The BPL, too, is not a program that will replace airmen tomorrow. Its more immediate applications lie in improving the interface with smartphones. Tenenbaum conceded that it is “a huge leap” from classifying letters to divining human actions via satellite and drone imagery. “A lot of things will have to be done that involve expertise that none of us have” on the research team, he said.
But a huge leap is not an impossible one. To classify styles and types of writing, the BPL program had to learn something about the intent of the writer in order to arrive at the best possible route for reproducing the written character. It’s an ability that could—with time, research, and the input of experts—lead to an AI system that could function like a human intelligence analyst, a system capable of sharing mindspace with a would-be insurgent.

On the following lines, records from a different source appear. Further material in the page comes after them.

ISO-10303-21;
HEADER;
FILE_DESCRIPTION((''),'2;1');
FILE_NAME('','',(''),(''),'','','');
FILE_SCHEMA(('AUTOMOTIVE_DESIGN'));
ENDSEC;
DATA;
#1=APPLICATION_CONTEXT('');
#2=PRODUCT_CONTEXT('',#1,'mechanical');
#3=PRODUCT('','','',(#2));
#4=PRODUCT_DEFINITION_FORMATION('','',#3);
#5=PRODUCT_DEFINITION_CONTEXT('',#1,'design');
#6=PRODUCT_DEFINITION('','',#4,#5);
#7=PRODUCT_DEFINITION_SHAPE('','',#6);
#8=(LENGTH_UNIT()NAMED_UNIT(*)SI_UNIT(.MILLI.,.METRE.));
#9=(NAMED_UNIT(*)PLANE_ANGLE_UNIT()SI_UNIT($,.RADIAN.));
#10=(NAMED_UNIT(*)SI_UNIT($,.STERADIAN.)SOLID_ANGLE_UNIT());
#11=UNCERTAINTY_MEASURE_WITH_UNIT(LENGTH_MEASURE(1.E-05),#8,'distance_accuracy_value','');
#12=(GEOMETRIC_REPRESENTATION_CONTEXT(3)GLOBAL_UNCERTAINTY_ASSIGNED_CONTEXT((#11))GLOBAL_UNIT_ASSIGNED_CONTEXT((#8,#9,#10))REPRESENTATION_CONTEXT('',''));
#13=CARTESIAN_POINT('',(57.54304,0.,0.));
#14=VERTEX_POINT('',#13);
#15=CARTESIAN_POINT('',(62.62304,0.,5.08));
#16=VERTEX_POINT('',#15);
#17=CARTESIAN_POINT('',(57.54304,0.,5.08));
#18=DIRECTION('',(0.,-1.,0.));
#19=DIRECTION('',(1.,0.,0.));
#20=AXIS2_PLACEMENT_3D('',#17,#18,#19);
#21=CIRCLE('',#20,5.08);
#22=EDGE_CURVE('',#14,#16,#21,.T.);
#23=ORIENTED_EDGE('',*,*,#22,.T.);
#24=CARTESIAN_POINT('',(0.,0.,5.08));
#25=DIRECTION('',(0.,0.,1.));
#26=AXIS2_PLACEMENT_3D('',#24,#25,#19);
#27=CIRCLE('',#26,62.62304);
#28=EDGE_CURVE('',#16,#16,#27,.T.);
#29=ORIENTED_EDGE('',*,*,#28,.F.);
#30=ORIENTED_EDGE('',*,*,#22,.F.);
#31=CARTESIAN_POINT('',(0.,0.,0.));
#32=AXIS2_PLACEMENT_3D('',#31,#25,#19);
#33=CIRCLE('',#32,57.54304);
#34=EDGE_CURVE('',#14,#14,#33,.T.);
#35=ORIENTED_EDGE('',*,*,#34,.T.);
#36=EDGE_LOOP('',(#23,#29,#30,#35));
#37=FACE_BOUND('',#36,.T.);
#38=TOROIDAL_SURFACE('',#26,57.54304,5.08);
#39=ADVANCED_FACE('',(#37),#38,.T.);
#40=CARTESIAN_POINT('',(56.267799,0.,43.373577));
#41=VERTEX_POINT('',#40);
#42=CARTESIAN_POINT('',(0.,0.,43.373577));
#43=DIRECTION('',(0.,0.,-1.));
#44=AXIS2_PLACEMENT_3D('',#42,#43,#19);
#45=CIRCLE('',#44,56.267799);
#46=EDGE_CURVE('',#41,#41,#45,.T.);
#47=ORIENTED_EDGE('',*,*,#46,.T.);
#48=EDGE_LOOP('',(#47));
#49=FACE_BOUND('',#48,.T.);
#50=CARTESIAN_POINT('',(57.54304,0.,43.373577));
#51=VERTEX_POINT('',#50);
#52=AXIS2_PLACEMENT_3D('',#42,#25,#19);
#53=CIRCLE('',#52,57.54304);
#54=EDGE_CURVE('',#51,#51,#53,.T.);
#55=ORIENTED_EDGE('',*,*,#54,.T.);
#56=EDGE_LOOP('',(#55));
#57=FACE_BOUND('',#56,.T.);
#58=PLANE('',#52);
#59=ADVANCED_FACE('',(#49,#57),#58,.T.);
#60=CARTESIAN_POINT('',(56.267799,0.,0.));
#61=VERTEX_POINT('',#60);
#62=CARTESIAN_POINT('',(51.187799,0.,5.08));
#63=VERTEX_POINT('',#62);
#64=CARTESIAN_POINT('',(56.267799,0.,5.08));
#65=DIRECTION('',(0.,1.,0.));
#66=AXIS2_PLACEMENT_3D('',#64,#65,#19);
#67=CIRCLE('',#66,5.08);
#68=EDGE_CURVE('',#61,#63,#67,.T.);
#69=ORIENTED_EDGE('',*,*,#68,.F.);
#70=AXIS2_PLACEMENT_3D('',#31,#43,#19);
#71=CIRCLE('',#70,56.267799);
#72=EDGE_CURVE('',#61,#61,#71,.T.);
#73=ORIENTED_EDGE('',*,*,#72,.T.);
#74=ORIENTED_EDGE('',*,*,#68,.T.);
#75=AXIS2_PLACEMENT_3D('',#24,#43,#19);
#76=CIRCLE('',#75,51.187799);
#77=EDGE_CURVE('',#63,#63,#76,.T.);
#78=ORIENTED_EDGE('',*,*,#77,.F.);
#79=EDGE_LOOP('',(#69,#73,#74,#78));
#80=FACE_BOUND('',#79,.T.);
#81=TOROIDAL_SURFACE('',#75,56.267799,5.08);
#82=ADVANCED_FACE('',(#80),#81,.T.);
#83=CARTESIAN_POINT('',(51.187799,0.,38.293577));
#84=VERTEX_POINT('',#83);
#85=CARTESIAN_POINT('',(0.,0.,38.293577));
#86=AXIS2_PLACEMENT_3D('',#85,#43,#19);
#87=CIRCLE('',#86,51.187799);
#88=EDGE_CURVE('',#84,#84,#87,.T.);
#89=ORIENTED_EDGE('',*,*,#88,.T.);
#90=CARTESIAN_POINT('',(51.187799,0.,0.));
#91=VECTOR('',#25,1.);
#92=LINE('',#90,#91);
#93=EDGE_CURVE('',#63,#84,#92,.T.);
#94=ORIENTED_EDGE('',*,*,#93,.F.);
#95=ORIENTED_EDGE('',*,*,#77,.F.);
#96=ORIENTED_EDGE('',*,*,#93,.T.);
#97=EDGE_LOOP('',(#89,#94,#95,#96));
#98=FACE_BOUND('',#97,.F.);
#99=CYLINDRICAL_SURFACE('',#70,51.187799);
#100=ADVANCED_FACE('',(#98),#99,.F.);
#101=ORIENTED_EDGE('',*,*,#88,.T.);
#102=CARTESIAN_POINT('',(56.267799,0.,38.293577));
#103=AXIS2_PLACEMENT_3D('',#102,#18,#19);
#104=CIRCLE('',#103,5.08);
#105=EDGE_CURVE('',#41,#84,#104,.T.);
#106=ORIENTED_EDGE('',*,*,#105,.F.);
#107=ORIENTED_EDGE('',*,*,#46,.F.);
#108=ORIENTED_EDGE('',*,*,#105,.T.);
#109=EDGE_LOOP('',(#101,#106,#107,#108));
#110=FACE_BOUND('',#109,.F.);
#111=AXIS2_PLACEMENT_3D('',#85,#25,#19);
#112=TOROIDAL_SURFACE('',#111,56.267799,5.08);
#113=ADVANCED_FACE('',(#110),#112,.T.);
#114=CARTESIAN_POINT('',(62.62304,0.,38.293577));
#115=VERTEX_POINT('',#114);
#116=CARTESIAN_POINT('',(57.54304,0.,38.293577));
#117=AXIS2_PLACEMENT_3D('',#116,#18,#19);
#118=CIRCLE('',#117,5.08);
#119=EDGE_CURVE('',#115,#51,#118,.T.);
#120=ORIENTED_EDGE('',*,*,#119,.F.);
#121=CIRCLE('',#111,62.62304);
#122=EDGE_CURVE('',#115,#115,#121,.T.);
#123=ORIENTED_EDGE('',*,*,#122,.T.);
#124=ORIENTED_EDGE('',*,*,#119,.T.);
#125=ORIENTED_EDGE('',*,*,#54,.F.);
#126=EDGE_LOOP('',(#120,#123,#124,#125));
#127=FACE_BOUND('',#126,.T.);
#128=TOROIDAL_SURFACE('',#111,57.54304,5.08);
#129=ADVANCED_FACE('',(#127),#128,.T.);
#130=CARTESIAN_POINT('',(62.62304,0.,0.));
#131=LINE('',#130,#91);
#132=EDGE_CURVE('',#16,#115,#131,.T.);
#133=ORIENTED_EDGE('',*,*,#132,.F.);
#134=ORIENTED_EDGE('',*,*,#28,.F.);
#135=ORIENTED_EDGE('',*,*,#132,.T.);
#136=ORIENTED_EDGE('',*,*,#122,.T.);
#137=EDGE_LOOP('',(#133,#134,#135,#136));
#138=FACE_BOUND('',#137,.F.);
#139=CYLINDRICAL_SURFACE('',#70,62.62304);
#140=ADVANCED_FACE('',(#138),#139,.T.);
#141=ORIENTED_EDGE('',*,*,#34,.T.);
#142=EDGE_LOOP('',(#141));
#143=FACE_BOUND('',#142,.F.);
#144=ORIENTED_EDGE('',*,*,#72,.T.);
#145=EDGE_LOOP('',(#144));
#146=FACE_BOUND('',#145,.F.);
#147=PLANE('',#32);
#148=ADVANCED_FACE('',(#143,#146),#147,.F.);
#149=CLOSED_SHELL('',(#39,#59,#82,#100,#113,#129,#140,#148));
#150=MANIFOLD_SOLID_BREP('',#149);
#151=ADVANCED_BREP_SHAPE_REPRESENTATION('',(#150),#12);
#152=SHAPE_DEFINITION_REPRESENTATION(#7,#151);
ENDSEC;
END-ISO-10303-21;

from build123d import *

# Parameters (mm, degrees)
F0_R     = 62.62304
F1_DEPTH = 43.373577
F2_R     = 53.368625
F3_DEPTH = 5.646907
F4_R     = 51.187799
F5_DEPTH = 64.743372
F6_R     = 5.08
F7_R     = 5.08
F8_R     = 5.08


with BuildPart() as f1:
    # F0 (on Top) → F1 (new body)
    with BuildSketch(Plane.XY):
        Circle(F0_R)
    extrude(amount=F1_DEPTH)

    # F2 (on face) → F3 (join)
    with BuildSketch(Plane(origin=(0, 0, 0), x_dir=(1, 0, 0), z_dir=(0, 0, -1))):
        Circle(F2_R)
    extrude(amount=-F3_DEPTH)

    # F4 (on face) → F5 (cut)
    with BuildSketch(Plane(origin=(0, 0, 0), x_dir=(1, 0, 0), z_dir=(0, 0, -1))):
        Circle(F4_R)
    extrude(amount=-F5_DEPTH, mode=Mode.SUBTRACT)

    # F6
    f6_edges = [f1.edges().sort_by_distance(p)[0] for p in [
        (-62.62304, 0, 43.373577),
    ]]
    fillet(f6_edges, radius=F6_R)

    # F7
    f7_edges = [f1.edges().sort_by_distance(p)[0] for p in [
        (-51.187799, 0, 0),
        (-51.187799, 0, 43.373577),
    ]]
    fillet(f7_edges, radius=F7_R)

    # F8
    f8_edges = [f1.edges().sort_by_distance(p)[0] for p in [
        (-62.62304, 0, 0),
    ]]
    fillet(f8_edges, radius=F8_R)


solid = f1.part
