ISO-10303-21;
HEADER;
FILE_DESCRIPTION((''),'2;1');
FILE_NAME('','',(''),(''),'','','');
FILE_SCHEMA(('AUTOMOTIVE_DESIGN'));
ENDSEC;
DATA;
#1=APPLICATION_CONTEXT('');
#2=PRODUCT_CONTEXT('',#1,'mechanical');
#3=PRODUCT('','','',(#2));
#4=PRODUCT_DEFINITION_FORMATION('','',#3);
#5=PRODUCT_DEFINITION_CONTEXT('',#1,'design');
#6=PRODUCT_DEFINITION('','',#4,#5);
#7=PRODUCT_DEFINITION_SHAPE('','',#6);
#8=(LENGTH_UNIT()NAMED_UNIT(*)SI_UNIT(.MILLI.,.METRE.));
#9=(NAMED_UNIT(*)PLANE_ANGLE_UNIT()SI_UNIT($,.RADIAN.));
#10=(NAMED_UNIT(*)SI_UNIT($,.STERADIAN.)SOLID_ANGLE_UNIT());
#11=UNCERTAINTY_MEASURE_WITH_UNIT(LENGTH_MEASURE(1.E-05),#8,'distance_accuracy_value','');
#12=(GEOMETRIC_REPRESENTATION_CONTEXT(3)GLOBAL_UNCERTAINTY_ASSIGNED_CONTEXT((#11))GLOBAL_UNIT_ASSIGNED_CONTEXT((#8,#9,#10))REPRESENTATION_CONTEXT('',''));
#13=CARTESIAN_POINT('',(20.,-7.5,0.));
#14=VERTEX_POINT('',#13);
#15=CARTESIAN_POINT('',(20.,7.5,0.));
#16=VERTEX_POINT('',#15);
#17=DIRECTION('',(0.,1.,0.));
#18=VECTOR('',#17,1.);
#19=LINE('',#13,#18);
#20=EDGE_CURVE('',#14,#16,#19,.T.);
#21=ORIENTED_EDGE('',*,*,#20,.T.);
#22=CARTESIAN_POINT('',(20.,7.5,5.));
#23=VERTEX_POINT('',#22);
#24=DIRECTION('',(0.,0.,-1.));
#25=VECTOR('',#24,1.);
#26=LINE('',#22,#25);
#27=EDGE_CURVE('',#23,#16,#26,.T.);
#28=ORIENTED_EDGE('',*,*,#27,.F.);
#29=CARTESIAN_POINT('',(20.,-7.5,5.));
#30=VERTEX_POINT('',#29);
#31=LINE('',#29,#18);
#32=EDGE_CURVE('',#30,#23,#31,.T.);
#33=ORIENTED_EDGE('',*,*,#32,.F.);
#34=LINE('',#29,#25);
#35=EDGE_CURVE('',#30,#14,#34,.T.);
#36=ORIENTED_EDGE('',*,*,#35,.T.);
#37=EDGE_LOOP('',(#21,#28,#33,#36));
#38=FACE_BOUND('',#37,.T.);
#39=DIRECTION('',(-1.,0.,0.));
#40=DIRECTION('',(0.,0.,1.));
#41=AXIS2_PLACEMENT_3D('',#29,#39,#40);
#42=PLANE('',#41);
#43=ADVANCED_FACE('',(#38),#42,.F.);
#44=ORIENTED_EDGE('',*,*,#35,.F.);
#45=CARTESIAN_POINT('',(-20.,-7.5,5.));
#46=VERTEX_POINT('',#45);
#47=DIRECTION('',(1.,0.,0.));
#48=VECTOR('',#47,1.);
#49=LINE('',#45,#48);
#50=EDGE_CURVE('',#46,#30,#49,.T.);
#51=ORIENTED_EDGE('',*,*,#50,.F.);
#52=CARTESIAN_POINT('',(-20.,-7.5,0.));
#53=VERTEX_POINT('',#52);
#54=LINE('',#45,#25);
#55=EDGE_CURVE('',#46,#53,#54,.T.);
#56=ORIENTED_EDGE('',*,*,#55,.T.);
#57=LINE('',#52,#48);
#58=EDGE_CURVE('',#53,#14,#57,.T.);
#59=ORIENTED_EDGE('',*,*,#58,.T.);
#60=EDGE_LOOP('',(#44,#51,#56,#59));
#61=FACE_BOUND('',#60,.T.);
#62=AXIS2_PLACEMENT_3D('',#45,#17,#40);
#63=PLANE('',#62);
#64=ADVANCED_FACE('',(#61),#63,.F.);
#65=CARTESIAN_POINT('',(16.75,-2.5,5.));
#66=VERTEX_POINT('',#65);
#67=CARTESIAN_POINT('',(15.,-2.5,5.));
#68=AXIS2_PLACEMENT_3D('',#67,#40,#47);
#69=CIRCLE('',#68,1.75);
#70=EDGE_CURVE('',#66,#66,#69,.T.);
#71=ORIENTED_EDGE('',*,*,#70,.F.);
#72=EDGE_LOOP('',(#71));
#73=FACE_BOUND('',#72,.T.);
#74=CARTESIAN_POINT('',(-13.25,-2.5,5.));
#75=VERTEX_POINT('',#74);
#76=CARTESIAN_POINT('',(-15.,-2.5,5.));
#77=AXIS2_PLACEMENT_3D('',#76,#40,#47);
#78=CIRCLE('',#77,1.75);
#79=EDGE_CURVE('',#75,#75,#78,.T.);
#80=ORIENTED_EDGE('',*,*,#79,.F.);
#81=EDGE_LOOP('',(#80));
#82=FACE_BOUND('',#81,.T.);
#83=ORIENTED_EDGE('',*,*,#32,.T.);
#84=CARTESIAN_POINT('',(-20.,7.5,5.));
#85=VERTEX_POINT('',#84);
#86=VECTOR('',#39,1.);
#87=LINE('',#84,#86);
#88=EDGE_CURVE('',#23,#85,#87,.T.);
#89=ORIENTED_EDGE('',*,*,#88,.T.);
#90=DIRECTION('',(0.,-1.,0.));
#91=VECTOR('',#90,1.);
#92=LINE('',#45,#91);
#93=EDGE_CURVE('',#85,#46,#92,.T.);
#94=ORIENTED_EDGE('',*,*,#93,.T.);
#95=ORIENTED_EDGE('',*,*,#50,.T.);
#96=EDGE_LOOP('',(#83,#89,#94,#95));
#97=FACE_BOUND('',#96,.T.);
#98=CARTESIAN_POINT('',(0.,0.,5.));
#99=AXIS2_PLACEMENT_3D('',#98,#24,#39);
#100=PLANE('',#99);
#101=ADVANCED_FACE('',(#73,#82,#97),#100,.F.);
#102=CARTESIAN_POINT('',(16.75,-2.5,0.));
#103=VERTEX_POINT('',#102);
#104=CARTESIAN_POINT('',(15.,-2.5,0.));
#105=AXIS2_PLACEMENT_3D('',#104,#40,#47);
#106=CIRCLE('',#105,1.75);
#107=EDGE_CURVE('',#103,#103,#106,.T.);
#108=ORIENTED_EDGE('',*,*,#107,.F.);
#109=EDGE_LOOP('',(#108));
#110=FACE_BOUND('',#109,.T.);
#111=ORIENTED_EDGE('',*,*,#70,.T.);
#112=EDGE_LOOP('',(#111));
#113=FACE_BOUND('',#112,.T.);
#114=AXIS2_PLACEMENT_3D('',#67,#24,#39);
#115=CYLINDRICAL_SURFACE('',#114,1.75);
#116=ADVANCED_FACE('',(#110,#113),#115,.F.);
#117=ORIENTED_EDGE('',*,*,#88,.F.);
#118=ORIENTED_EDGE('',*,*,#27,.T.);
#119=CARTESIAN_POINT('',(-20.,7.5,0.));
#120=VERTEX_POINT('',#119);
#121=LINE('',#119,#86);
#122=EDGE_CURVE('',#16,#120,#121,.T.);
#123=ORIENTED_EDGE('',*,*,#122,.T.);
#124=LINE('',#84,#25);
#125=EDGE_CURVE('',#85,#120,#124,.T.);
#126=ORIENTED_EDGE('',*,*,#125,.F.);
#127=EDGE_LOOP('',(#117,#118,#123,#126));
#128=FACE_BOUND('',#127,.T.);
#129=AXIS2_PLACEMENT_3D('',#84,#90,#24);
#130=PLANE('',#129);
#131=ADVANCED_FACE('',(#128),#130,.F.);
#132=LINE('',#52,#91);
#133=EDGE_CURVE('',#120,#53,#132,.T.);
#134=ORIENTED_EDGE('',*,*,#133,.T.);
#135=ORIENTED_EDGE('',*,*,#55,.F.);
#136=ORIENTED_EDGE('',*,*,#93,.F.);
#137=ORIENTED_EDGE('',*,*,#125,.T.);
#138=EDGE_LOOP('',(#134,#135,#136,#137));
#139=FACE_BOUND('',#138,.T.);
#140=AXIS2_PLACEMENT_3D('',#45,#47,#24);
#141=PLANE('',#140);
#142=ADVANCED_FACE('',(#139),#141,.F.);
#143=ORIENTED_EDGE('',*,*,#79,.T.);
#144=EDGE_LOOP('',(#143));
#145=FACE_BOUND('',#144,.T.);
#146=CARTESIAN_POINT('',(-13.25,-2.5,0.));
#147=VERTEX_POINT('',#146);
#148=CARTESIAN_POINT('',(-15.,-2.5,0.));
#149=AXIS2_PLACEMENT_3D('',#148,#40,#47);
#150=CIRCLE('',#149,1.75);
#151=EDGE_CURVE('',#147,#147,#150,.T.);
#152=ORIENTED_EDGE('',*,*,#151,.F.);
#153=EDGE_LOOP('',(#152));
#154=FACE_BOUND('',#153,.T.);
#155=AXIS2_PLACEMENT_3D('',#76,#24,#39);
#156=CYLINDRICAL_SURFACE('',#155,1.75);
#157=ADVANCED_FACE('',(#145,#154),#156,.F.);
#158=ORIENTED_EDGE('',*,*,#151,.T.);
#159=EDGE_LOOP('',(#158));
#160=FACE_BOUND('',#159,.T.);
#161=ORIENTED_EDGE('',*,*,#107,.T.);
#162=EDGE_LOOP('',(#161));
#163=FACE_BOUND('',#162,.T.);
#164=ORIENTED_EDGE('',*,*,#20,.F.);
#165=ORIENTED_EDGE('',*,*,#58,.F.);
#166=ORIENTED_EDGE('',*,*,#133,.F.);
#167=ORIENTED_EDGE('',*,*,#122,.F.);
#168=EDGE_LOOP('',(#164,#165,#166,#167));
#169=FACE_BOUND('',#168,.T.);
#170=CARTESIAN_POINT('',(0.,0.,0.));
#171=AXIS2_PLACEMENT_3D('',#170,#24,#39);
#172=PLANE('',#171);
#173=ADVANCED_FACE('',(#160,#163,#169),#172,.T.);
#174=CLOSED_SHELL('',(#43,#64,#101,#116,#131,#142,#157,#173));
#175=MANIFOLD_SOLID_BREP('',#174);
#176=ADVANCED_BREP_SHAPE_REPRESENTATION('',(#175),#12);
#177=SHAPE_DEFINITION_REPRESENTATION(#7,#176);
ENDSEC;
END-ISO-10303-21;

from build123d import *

# Parameters (mm, degrees)
SZKIC1_W                    = 40
SZKIC1_H                    = 15
SZKIC1_R                    = 1.75
DODANIE_WYCI_GNI_CIE1_DEPTH = 5


with BuildPart() as part:
    # Szkic1 → Dodanie-wyciągnięcie1 (new body)
    with BuildSketch(Plane.XY):
        Rectangle(SZKIC1_W, SZKIC1_H)
        with Locations((-15, -2.5)):
            Circle(SZKIC1_R, mode=Mode.SUBTRACT)
        with Locations((15, -2.5)):
            Circle(SZKIC1_R, mode=Mode.SUBTRACT)
    extrude(amount=DODANIE_WYCI_GNI_CIE1_DEPTH)


solid = part.part
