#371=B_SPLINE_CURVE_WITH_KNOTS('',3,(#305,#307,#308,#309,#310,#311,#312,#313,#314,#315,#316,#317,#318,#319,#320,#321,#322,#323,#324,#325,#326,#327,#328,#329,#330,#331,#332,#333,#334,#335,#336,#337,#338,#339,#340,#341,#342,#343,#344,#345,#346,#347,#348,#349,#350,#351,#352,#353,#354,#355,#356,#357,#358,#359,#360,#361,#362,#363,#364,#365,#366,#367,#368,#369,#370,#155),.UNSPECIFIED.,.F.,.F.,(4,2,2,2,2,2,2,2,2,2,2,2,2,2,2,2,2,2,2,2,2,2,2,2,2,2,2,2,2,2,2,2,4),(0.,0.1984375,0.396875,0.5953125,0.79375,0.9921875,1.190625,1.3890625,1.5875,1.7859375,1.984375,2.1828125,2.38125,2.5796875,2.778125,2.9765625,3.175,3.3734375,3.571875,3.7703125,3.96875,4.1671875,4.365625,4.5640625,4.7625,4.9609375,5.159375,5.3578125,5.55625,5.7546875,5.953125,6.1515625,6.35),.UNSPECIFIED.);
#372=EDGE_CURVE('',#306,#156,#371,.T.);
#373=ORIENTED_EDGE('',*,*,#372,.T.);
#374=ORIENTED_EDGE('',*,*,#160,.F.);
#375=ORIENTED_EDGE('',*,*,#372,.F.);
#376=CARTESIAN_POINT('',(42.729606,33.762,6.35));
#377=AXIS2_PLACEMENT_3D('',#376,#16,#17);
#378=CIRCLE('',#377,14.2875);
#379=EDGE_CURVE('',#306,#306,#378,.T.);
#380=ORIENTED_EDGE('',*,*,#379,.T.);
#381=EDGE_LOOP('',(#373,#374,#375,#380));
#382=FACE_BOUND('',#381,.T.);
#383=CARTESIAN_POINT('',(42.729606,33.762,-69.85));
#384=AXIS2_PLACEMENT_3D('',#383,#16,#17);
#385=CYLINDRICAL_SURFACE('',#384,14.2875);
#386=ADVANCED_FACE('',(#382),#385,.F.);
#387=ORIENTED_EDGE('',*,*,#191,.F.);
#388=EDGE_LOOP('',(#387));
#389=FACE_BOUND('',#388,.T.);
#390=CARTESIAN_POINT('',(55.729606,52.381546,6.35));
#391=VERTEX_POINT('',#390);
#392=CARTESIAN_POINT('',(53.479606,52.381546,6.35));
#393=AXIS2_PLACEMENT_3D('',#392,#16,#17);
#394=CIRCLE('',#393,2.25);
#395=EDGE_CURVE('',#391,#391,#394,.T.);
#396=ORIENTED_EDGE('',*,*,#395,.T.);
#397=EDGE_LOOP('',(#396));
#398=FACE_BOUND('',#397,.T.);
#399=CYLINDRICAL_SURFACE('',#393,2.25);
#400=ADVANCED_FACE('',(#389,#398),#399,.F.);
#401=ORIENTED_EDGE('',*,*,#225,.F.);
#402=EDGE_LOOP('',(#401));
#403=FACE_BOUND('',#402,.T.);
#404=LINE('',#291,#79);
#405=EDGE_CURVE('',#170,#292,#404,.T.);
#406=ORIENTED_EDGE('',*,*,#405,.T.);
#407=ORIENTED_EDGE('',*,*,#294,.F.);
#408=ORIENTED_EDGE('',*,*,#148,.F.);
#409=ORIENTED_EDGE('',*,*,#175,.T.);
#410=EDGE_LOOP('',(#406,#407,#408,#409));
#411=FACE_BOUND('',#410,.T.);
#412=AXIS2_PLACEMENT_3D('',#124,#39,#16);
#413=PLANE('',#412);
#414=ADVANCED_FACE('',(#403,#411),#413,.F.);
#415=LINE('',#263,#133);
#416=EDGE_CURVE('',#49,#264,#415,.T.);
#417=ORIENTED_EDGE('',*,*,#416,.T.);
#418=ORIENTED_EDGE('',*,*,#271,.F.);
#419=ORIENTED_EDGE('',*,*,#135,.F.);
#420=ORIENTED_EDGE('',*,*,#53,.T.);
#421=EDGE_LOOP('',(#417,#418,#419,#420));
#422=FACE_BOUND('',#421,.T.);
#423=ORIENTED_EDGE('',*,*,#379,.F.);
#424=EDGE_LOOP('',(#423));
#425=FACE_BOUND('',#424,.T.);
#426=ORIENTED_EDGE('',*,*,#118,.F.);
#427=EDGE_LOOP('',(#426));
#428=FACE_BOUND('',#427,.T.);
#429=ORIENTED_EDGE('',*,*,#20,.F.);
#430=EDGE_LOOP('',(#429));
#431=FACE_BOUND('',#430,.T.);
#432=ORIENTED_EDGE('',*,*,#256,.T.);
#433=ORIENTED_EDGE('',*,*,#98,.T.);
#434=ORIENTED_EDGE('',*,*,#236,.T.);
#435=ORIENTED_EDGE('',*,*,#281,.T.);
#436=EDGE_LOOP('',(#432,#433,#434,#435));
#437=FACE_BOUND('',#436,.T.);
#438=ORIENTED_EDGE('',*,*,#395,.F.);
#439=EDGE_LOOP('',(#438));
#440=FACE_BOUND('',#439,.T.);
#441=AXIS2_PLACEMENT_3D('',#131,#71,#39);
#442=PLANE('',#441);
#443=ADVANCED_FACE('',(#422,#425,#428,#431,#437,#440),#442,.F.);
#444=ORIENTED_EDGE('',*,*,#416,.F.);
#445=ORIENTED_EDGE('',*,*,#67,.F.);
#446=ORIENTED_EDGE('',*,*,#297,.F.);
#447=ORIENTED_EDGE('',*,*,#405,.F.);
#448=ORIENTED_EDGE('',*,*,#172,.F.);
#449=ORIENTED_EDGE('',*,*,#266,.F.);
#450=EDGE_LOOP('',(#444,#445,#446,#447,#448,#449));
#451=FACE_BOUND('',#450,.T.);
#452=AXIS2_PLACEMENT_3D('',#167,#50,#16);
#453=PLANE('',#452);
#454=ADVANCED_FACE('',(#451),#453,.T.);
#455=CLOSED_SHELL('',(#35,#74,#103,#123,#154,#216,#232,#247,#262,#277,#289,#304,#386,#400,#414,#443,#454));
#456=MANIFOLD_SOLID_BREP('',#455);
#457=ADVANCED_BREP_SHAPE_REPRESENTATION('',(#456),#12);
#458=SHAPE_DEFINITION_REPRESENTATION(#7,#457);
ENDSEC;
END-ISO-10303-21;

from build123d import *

“What’s distinctive about the way our system looks at handwritten characters or the way a similar type of system looks at speech recognition or speech analysis is that it does see it, in a sense, as a sort of intentional action ... When you see a handwritten character on the page what your mind does, we think, [and] what our program does, is imagine the plan of action that led to it, in a sense, see the movements, that led to the final result,” said Tenanbaum. “The idea that we could make some sort of computational model of theory of mind that could look at people’s actions and work backwards to figure out what were the most likely goals and plans that led to what [the subject] did, that’s actually an idea that is common with some of the applications that you’ve pointed to. … We’ve been able to study [that] in a much more simple and, therefore, more immediately practical and actionable way with the paper that we have here.”